Now, N has D digits, and each one can be at most 9, so

    
    
      Mun(N) <= 9^9 * D = 387420489 * D < 10^9 * D
    

If we assume that there exist a number N that is a Munchausen number with D
digits, then N = Mun(N) so we can combine the left part of the first equation
with the right part of the second equation

    
    
      10^(D-1) <= N = Mun(N) < 10^9 * D
    

If we only keep the extreme parts of the inequality

    
    
      10^(D-1) < 10^9 * D
    

And now we can take log (in base 10)

    
    
      D-1 < 9 + log(D)
    

And put all the D in the left side:

    
    
      D – log(D) < 10
    

Taking the derivatives, the function f(x)=x-log(x) is essentially increasing
if x is big enough, probably when x>1 or x>2, I'm a bit lazy. (Remember to use
the ln(10) in the derivative because we are using log=log_10 instead of
ln=log_e.)

So we have only to find a value of D that is big enough.

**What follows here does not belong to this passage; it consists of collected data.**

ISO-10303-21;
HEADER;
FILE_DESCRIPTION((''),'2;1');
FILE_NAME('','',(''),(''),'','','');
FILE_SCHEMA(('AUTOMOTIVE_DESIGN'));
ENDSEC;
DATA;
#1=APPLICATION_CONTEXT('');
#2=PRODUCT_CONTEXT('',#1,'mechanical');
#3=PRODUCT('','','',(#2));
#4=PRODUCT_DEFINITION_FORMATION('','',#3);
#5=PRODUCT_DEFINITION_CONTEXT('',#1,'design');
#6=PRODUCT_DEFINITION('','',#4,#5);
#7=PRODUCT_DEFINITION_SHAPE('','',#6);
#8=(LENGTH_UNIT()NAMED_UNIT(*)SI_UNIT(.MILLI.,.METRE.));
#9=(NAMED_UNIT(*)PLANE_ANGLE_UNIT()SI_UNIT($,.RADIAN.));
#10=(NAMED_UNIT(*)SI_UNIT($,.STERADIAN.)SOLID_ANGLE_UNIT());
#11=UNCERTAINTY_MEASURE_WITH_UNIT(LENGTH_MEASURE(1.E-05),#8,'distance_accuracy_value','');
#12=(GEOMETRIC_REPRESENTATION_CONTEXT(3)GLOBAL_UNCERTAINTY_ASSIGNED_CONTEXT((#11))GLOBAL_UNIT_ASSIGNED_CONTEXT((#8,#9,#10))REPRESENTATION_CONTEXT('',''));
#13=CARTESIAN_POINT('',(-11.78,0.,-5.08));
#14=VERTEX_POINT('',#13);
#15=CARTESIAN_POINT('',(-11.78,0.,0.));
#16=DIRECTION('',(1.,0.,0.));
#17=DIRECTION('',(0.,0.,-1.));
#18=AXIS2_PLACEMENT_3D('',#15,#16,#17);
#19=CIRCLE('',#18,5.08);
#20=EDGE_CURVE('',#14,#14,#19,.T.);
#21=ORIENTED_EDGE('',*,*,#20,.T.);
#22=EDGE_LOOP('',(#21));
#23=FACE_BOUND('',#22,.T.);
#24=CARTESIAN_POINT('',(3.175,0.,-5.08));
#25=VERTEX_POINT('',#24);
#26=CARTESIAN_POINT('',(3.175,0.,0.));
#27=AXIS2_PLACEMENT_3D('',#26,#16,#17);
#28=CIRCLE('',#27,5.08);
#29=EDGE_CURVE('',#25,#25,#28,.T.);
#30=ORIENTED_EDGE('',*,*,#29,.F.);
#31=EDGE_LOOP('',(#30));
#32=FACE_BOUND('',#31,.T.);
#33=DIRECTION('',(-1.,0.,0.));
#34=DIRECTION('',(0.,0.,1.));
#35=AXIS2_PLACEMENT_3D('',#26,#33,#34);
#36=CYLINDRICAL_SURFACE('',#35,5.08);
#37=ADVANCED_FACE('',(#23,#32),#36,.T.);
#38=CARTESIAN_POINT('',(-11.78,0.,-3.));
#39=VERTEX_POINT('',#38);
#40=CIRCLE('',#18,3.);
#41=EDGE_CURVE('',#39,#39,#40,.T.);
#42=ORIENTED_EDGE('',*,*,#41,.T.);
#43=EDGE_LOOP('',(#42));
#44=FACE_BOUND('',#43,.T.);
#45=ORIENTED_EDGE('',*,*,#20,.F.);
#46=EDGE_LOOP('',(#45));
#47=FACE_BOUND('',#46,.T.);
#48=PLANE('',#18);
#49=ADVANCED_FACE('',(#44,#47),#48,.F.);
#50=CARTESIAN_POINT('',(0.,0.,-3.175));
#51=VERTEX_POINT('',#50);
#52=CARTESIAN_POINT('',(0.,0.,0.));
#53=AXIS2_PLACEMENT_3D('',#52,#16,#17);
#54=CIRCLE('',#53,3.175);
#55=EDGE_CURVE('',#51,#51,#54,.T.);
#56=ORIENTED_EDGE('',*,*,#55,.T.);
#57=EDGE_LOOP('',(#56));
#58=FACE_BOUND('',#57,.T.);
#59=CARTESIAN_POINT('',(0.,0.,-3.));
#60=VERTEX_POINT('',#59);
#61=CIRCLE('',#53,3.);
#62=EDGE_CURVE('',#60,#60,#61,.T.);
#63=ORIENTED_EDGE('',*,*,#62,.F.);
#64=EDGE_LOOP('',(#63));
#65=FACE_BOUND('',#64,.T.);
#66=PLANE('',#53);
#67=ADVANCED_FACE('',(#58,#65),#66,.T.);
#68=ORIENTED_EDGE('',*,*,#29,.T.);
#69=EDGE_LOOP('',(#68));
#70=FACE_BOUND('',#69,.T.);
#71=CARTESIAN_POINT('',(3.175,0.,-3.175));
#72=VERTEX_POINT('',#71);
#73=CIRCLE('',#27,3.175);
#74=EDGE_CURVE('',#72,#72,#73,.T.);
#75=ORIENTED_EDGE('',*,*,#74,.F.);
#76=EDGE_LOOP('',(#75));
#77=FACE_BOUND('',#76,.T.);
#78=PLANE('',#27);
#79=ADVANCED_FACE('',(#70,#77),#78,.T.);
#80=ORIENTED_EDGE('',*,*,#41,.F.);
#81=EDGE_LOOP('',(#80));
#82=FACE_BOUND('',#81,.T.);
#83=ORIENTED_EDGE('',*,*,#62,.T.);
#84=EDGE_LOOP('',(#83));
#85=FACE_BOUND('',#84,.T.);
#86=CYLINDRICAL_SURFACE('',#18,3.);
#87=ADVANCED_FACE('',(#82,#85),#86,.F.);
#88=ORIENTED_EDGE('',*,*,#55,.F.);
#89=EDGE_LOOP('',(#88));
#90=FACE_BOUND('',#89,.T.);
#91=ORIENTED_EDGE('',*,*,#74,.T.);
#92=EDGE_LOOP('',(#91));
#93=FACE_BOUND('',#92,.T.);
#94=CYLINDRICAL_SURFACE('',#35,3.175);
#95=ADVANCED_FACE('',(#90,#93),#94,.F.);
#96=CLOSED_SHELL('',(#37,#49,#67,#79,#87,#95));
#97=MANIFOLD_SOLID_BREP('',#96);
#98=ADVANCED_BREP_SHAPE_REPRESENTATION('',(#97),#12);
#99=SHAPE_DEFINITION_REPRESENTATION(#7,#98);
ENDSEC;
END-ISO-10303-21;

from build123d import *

# Parameters (mm, degrees)
SKETCH1_R           = 5.08
SKETCH1_R_2         = 3.175
BOSS_EXTRUDE1_DEPTH = 3.175
BOSS_EXTRUDE2_START = -11.780000011
SKETCH1_3_R         = 5.08
SKETCH1_3_R_2       = 3
BOSS_EXTRUDE2_DEPTH = 11.780000011


with BuildPart() as part:
    # Sketch1 → Boss-Extrude1 (new body)
    with BuildSketch(Plane(origin=(0, 0, 0), x_dir=(0, 0, -1), z_dir=(1, 0, 0))):
        Circle(SKETCH1_R)
        Circle(SKETCH1_R_2, mode=Mode.SUBTRACT)
    extrude(amount=BOSS_EXTRUDE1_DEPTH)

    # Sketch1<3> → Boss-Extrude2 (add)
    with BuildSketch(Plane(origin=(0, 0, 0), x_dir=(0, 0, -1), z_dir=(1, 0, 0)).offset(BOSS_EXTRUDE2_START)):
        Circle(SKETCH1_3_R)
        Circle(SKETCH1_3_R_2, mode=Mode.SUBTRACT)
    extrude(amount=BOSS_EXTRUDE2_DEPTH)


solid = part.part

For example, if D=12,
then

    
    
      12-log(12) > 12-log(100) = 12-2 = 10
    

So if D is 12 or more, we have a contradiction, so there are no Munchausen
numbers with 12 digits or more.

A more careful analysis can reduce this value a little, but a for between 1
and 10^12-1 to test all the cases should finish in a modern computer in a
reasonable time, specially replacing the pow(n, n) calculation with a cached
value.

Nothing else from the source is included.